> [PROBLEM DESCRIPTION]:
An unaltered copy of every line below is the expected output.
── EXERCISE DATA ──
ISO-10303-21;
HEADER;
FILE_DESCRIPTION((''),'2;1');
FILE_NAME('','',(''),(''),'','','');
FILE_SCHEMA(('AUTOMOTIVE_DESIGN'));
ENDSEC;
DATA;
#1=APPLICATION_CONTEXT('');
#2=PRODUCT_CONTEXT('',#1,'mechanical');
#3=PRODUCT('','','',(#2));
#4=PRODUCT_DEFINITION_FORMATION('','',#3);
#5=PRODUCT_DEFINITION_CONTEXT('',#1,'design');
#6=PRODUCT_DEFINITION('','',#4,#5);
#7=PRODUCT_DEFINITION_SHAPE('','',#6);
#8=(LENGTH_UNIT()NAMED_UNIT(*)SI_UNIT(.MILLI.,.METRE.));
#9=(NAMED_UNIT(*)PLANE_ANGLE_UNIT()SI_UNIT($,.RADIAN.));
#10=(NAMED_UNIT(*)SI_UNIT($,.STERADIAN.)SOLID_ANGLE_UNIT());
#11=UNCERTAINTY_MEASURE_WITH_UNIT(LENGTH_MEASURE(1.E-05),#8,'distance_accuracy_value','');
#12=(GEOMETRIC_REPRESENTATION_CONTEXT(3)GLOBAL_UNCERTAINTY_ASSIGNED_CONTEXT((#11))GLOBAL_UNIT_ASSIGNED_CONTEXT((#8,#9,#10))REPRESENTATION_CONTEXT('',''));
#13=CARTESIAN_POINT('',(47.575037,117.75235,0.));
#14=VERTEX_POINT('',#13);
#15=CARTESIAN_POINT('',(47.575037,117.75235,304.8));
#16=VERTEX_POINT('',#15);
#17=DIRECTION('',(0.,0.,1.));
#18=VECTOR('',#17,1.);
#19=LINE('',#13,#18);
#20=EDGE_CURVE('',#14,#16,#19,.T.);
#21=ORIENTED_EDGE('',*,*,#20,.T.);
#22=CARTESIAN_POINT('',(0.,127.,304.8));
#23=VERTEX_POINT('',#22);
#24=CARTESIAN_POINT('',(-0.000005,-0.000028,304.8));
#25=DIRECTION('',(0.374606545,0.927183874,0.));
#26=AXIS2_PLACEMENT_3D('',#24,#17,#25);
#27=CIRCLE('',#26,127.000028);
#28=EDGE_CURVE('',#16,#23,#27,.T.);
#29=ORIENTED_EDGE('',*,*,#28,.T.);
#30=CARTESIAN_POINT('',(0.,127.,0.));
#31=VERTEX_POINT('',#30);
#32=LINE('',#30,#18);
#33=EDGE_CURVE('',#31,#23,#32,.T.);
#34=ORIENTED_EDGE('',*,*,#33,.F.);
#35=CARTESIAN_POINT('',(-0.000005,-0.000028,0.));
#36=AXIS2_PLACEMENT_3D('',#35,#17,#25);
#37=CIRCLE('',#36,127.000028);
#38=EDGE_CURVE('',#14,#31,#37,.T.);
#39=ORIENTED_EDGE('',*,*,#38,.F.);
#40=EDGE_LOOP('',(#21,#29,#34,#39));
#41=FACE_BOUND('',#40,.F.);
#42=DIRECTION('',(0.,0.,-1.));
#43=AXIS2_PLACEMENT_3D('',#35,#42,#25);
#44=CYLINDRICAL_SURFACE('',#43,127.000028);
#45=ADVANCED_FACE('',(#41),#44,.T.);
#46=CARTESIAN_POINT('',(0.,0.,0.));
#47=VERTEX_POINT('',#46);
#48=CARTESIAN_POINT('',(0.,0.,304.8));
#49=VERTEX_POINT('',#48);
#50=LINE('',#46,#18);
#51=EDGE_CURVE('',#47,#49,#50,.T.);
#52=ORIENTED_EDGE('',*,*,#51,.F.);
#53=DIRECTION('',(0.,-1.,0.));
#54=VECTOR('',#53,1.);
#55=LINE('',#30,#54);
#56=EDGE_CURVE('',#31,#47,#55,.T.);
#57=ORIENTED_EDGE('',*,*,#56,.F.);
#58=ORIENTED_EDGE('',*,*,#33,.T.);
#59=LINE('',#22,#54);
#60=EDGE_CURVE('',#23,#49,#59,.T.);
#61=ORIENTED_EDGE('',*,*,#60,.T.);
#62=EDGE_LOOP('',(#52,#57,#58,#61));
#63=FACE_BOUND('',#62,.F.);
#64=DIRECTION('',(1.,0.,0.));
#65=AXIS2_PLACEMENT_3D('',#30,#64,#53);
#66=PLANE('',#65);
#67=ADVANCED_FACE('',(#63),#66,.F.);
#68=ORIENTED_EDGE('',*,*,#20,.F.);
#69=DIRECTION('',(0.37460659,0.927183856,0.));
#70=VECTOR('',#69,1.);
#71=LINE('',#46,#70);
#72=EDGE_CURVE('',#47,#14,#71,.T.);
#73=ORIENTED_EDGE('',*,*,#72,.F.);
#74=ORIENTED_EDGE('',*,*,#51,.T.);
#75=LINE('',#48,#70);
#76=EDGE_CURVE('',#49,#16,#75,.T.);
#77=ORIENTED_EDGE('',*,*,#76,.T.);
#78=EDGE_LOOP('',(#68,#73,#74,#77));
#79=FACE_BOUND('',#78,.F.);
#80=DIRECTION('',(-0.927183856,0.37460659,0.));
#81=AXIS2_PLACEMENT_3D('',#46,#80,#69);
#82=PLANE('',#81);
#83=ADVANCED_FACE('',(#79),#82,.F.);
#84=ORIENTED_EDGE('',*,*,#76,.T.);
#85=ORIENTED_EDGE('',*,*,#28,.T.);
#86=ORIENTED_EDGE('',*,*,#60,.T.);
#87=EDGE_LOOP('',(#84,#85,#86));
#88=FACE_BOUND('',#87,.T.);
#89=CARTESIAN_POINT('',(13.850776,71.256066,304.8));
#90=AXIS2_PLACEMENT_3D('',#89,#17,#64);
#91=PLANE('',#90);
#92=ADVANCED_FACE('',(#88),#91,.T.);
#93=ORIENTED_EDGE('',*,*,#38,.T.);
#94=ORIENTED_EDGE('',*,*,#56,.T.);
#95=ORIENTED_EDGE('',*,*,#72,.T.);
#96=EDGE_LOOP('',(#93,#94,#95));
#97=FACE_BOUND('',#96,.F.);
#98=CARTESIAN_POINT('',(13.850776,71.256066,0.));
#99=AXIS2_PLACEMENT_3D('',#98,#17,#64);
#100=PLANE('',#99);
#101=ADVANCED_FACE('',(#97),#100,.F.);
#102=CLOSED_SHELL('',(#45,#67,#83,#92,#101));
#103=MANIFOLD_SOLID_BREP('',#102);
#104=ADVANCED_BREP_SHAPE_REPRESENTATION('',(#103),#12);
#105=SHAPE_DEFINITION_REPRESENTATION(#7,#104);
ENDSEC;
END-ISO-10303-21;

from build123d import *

# Parameters (mm, degrees)
F2_DEPTH = 304.8


with BuildPart() as f2:
    # F1 (on Top) → F2 (new body)
    with BuildSketch(Plane.XY):
        with BuildLine():
            Line((0, 127), (0, 0))
            Line((0, 0), (47.575037, 117.75235))
            ThreePointArc((47.575037, 117.75235), (24.232742, 124.666652), (0, 127))
        make_face()
    extrude(amount=F2_DEPTH)


solid = f2.part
───
> [TASK OUTPUT]:
ISO-10303-21;
HEADER;
FILE_DESCRIPTION((''),'2;1');
FILE_NAME('','',(''),(''),'','','');
FILE_SCHEMA(('AUTOMOTIVE_DESIGN'));
ENDSEC;
DATA;
#1=APPLICATION_CONTEXT('');
#2=PRODUCT_CONTEXT('',#1,'mechanical');
#3=PRODUCT('','','',(#2));
#4=PRODUCT_DEFINITION_FORMATION('','',#3);
#5=PRODUCT_DEFINITION_CONTEXT('',#1,'design');
#6=PRODUCT_DEFINITION('','',#4,#5);
#7=PRODUCT_DEFINITION_SHAPE('','',#6);
#8=(LENGTH_UNIT()NAMED_UNIT(*)SI_UNIT(.MILLI.,.METRE.));
#9=(NAMED_UNIT(*)PLANE_ANGLE_UNIT()SI_UNIT($,.RADIAN.));
#10=(NAMED_UNIT(*)SI_UNIT($,.STERADIAN.)SOLID_ANGLE_UNIT());
#11=UNCERTAINTY_MEASURE_WITH_UNIT(LENGTH_MEASURE(1.E-05),#8,'distance_accuracy_value','');
#12=(GEOMETRIC_REPRESENTATION_CONTEXT(3)GLOBAL_UNCERTAINTY_ASSIGNED_CONTEXT((#11))GLOBAL_UNIT_ASSIGNED_CONTEXT((#8,#9,#10))REPRESENTATION_CONTEXT('',''));
#13=CARTESIAN_POINT('',(47.575037,117.75235,0.));
#14=VERTEX_POINT('',#13);
#15=CARTESIAN_POINT('',(47.575037,117.75235,304.8));
#16=VERTEX_POINT('',#15);
#17=DIRECTION('',(0.,0.,1.));
#18=VECTOR('',#17,1.);
#19=LINE('',#13,#18);
#20=EDGE_CURVE('',#14,#16,#19,.T.);
#21=ORIENTED_EDGE('',*,*,#20,.T.);
#22=CARTESIAN_POINT('',(0.,127.,304.8));
#23=VERTEX_POINT('',#22);
#24=CARTESIAN_POINT('',(-0.000005,-0.000028,304.8));
#25=DIRECTION('',(0.374606545,0.927183874,0.));
#26=AXIS2_PLACEMENT_3D('',#24,#17,#25);
#27=CIRCLE('',#26,127.000028);
#28=EDGE_CURVE('',#16,#23,#27,.T.);
#29=ORIENTED_EDGE('',*,*,#28,.T.);
#30=CARTESIAN_POINT('',(0.,127.,0.));
#31=VERTEX_POINT('',#30);
#32=LINE('',#30,#18);
#33=EDGE_CURVE('',#31,#23,#32,.T.);
#34=ORIENTED_EDGE('',*,*,#33,.F.);
#35=CARTESIAN_POINT('',(-0.000005,-0.000028,0.));
#36=AXIS2_PLACEMENT_3D('',#35,#17,#25);
#37=CIRCLE('',#36,127.000028);
#38=EDGE_CURVE('',#14,#31,#37,.T.);
#39=ORIENTED_EDGE('',*,*,#38,.F.);
#40=EDGE_LOOP('',(#21,#29,#34,#39));
#41=FACE_BOUND('',#40,.F.);
#42=DIRECTION('',(0.,0.,-1.));
#43=AXIS2_PLACEMENT_3D('',#35,#42,#25);
#44=CYLINDRICAL_SURFACE('',#43,127.000028);
#45=ADVANCED_FACE('',(#41),#44,.T.);
#46=CARTESIAN_POINT('',(0.,0.,0.));
#47=VERTEX_POINT('',#46);
#48=CARTESIAN_POINT('',(0.,0.,304.8));
#49=VERTEX_POINT('',#48);
#50=LINE('',#46,#18);
#51=EDGE_CURVE('',#47,#49,#50,.T.);
#52=ORIENTED_EDGE('',*,*,#51,.F.);
#53=DIRECTION('',(0.,-1.,0.));
#54=VECTOR('',#53,1.);
#55=LINE('',#30,#54);
#56=EDGE_CURVE('',#31,#47,#55,.T.);
#57=ORIENTED_EDGE('',*,*,#56,.F.);
#58=ORIENTED_EDGE('',*,*,#33,.T.);
#59=LINE('',#22,#54);
#60=EDGE_CURVE('',#23,#49,#59,.T.);
#61=ORIENTED_EDGE('',*,*,#60,.T.);
#62=EDGE_LOOP('',(#52,#57,#58,#61));
#63=FACE_BOUND('',#62,.F.);
#64=DIRECTION('',(1.,0.,0.));
#65=AXIS2_PLACEMENT_3D('',#30,#64,#53);
#66=PLANE('',#65);
#67=ADVANCED_FACE('',(#63),#66,.F.);
#68=ORIENTED_EDGE('',*,*,#20,.F.);
#69=DIRECTION('',(0.37460659,0.927183856,0.));
#70=VECTOR('',#69,1.);
#71=LINE('',#46,#70);
#72=EDGE_CURVE('',#47,#14,#71,.T.);
#73=ORIENTED_EDGE('',*,*,#72,.F.);
#74=ORIENTED_EDGE('',*,*,#51,.T.);
#75=LINE('',#48,#70);
#76=EDGE_CURVE('',#49,#16,#75,.T.);
#77=ORIENTED_EDGE('',*,*,#76,.T.);
#78=EDGE_LOOP('',(#68,#73,#74,#77));
#79=FACE_BOUND('',#78,.F.);
#80=DIRECTION('',(-0.927183856,0.37460659,0.));
#81=AXIS2_PLACEMENT_3D('',#46,#80,#69);
#82=PLANE('',#81);
#83=ADVANCED_FACE('',(#79),#82,.F.);
#84=ORIENTED_EDGE('',*,*,#76,.T.);
#85=ORIENTED_EDGE('',*,*,#28,.T.);
#86=ORIENTED_EDGE('',*,*,#60,.T.);
#87=EDGE_LOOP('',(#84,#85,#86));
#88=FACE_BOUND('',#87,.T.);
#89=CARTESIAN_POINT('',(13.850776,71.256066,304.8));
#90=AXIS2_PLACEMENT_3D('',#89,#17,#64);
#91=PLANE('',#90);
#92=ADVANCED_FACE('',(#88),#91,.T.);
#93=ORIENTED_EDGE('',*,*,#38,.T.);
#94=ORIENTED_EDGE('',*,*,#56,.T.);
#95=ORIENTED_EDGE('',*,*,#72,.T.);
#96=EDGE_LOOP('',(#93,#94,#95));
#97=FACE_BOUND('',#96,.F.);
#98=CARTESIAN_POINT('',(13.850776,71.256066,0.));
#99=AXIS2_PLACEMENT_3D('',#98,#17,#64);
#100=PLANE('',#99);
#101=ADVANCED_FACE('',(#97),#100,.F.);
#102=CLOSED_SHELL('',(#45,#67,#83,#92,#101));
#103=MANIFOLD_SOLID_BREP('',#102);
#104=ADVANCED_BREP_SHAPE_REPRESENTATION('',(#103),#12);
#105=SHAPE_DEFINITION_REPRESENTATION(#7,#104);
ENDSEC;
END-ISO-10303-21;

from build123d import *

# Parameters (mm, degrees)
F2_DEPTH = 304.8


with BuildPart() as f2:
    # F1 (on Top) → F2 (new body)
    with BuildSketch(Plane.XY):
        with BuildLine():
            Line((0, 127), (0, 0))
            Line((0, 0), (47.575037, 117.75235))
            ThreePointArc((47.575037, 117.75235), (24.232742, 124.666652), (0, 127))
        make_face()
    extrude(amount=F2_DEPTH)


solid = f2.part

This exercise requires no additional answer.